I was reading and found this nice post about Christianity.
Too many "religious" people forget what their faith is all about. It's very sad. It's very easy to be judgmental, very easy to fall into the trap of smugness with ones own "greatness". Most easy when religion is involved. Oh yes, I know theology and such therefore I'm better than you all haha. That kind of thing.
This is one reason why we often have fire and brimstone specialists when it comes to religion. It's not so much serving the Church as much as serving the ego or their own personal crusades.
Most unfortunate that the Bible itself foretold such behaviour from "believers". The Devil is a wily enemy after all, using the most seemingly trivial weaknesses to undermine people. How often do religious people forget that? Often, I say.
I sometimes write about faith (mainly my own) and I think about it quite a lot, despite my regular failure to go to church (of which I'm not proud of). I would like to say that I'm not religious and I don't claim to be an expert.
I feel bad sometimes when I think about religion, seeing as I'm not the most outwardly religious person around. This is one reason why I don't really say much in real life. I could be talking about it and a potential detractor could use the fact that I'm not "qualified" to invalidate anything I say that they may not agree with. Frankly, I have no time and energy to get into things like that.
Yes, faith. This faith, is so hard to maintain in the face of the world. Sometimes, I wonder what it is all about. I wonder if it's all worth it. To keep believing that God is somehow doing what is right behind the scenes, especially considering the things happening in my own life. The boredom, the drudgery, the disappointments.
Yet there it is, the mystery of that faith. Despite all the evidence to the contrary, there it is, a tiny smidgen of it, hanging on, hoping against hope that someday all the things that I go through will be worth it somehow.
By definition, faith is irrational. It's a good thing that it is. In some ways, perhaps that is the beauty of it.
In other news, the cafeteria food is sucking even worse now than ever. Also, I notice with some distress that they are slowly and quietly taking less and less ala carte orders. They won't even fry an egg!
I guess their management doesn't know that their contract is about to be terminated very, very soon... I can't say I'll feel bad for them when it does happen.

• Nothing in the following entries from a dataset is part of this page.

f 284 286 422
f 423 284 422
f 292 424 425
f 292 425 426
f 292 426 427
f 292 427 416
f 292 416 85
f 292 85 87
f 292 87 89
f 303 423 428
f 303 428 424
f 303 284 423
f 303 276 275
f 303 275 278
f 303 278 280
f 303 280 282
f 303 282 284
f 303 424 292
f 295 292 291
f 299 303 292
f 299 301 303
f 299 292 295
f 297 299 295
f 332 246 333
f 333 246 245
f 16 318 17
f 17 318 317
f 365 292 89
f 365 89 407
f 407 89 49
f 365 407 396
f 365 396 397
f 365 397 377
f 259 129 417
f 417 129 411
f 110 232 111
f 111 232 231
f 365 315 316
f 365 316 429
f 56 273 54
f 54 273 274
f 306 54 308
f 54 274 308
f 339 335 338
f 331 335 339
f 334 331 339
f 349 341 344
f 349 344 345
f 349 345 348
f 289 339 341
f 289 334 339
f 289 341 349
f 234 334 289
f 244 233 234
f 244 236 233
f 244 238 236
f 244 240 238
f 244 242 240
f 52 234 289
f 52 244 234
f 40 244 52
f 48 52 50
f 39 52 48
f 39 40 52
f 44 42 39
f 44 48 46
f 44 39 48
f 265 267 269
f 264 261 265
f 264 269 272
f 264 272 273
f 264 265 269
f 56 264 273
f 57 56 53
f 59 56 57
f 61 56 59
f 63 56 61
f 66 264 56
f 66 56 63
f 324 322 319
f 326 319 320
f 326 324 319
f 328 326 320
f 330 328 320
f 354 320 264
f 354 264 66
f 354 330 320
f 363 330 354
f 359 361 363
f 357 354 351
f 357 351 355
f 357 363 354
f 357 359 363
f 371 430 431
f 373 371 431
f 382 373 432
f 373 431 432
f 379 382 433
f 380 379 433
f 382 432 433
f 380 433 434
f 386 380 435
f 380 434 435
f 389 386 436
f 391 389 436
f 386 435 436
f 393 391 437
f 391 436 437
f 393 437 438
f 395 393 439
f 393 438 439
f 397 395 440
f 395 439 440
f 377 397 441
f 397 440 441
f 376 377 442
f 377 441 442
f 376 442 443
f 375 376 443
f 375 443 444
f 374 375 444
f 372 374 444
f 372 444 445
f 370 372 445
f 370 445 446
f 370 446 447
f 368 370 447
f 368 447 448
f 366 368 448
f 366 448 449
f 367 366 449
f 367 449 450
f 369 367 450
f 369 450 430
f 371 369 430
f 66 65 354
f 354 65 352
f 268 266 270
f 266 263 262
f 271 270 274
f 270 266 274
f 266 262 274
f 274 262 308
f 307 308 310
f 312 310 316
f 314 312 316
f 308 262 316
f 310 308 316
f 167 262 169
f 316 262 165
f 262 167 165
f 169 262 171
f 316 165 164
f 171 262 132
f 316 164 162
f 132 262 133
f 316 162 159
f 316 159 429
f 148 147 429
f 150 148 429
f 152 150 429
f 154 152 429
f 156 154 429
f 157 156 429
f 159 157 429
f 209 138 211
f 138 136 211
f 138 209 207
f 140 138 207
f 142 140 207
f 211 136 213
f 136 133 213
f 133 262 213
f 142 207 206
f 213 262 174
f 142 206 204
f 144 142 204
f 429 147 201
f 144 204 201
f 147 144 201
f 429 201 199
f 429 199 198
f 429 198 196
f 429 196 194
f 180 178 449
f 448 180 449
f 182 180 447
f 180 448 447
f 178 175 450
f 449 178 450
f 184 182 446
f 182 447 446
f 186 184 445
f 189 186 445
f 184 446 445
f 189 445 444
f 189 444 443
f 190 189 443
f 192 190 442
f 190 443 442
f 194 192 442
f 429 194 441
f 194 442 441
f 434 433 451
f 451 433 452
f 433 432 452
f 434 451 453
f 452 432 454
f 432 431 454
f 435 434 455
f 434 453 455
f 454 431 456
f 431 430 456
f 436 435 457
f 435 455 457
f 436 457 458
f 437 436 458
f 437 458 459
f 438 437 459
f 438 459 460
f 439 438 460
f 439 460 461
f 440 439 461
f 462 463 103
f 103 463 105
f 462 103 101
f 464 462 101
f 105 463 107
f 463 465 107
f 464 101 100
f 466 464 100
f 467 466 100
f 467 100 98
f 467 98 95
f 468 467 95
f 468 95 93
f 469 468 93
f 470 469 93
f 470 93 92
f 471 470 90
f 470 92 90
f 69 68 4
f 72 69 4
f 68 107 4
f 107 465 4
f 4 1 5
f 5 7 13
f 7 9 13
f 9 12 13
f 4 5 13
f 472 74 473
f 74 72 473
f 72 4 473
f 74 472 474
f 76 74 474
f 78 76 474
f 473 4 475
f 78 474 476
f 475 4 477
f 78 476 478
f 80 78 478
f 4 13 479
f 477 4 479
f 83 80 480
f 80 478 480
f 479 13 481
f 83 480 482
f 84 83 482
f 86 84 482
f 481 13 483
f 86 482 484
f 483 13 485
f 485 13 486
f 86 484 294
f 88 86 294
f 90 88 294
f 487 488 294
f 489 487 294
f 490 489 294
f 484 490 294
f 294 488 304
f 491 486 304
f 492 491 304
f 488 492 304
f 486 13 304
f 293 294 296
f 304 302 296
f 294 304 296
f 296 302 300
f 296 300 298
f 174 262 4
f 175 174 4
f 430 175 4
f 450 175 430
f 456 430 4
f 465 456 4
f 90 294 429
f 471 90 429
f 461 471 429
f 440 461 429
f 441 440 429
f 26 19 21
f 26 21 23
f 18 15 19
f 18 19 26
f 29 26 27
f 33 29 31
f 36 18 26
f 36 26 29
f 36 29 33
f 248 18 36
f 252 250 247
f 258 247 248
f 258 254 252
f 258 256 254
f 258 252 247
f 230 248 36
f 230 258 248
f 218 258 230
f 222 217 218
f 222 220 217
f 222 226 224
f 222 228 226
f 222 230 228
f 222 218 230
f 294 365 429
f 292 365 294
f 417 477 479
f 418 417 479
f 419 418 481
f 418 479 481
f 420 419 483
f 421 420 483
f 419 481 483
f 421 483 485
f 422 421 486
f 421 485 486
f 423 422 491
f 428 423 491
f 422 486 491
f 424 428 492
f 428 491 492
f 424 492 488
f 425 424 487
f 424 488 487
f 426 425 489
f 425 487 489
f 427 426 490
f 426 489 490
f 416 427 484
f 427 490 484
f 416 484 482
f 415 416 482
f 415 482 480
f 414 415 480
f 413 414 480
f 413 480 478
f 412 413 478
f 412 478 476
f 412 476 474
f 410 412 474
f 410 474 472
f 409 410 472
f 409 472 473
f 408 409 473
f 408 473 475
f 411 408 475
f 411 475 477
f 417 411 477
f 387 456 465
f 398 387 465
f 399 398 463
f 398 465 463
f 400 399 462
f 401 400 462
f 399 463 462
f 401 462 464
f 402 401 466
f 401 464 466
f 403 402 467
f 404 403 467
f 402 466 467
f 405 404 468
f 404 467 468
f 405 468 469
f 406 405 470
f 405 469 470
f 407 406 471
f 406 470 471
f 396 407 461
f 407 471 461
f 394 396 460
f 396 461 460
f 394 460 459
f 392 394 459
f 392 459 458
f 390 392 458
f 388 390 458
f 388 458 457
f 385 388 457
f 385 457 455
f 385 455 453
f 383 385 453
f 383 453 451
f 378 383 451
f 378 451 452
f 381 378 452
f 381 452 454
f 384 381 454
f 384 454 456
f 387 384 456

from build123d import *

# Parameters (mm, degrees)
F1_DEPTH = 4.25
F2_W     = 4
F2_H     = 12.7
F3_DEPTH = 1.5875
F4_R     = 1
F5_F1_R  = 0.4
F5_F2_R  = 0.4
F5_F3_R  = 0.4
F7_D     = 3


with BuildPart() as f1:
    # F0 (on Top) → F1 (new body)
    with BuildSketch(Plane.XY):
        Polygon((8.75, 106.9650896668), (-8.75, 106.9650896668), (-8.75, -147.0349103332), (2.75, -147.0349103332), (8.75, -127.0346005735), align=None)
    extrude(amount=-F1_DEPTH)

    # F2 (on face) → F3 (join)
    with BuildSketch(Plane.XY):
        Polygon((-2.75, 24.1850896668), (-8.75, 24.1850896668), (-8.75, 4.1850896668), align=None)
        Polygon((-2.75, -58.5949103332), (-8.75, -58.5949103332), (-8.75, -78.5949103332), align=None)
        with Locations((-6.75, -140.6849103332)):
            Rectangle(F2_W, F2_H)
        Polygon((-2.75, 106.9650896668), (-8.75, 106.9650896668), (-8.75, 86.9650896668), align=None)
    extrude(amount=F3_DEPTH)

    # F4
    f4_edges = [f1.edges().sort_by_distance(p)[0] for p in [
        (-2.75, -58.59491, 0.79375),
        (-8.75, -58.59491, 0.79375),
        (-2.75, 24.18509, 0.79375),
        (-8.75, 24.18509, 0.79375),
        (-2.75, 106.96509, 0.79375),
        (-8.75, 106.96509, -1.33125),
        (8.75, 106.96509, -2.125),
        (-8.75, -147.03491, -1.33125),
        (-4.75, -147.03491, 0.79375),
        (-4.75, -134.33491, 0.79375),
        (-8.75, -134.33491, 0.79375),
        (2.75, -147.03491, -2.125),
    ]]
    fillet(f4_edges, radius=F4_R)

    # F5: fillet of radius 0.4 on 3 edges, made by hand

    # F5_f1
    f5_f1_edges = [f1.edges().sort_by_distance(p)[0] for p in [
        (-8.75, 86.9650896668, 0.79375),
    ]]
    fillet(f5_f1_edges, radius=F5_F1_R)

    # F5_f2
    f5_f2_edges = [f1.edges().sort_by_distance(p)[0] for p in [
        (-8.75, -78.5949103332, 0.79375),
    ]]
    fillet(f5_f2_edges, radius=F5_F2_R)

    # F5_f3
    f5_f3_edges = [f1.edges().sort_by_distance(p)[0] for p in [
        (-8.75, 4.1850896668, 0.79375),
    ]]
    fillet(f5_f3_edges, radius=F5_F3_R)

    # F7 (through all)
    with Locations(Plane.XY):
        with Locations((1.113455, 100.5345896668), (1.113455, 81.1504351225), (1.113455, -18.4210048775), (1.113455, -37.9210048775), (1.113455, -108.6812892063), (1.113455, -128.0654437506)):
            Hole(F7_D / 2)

Human nature is like that. Things look easy, you're getting fixed income and slowly you take it for granted that somehow it will never, ever end. And pretty soon, you develop a sense of entitlement and expect people to put up with your lackadaisal behaviour.
Human nature sucks.
On a lighter note, I've finally completed downloading Friends! All ten years worth of it. I will be looking for another Season 10 source though, because of that sound codec problem I had with the one I have now. Half the episodes have no sound. Fortunately the last few (especially the all important finale) isn't affected.
Next week, I'm considering buying a new hard disk. Those things are so cheap now. I might get a 250Gb one to replace my current 40gb. I only hope I have enough power to supply both my hard disks. I'm also thinking about buying a bluetooth module for my PC. With this, I can download and upload things from my phone.
I will probably do this on Thursday or Friday along with my banking chores. I also need to send a friend's notebook for repair.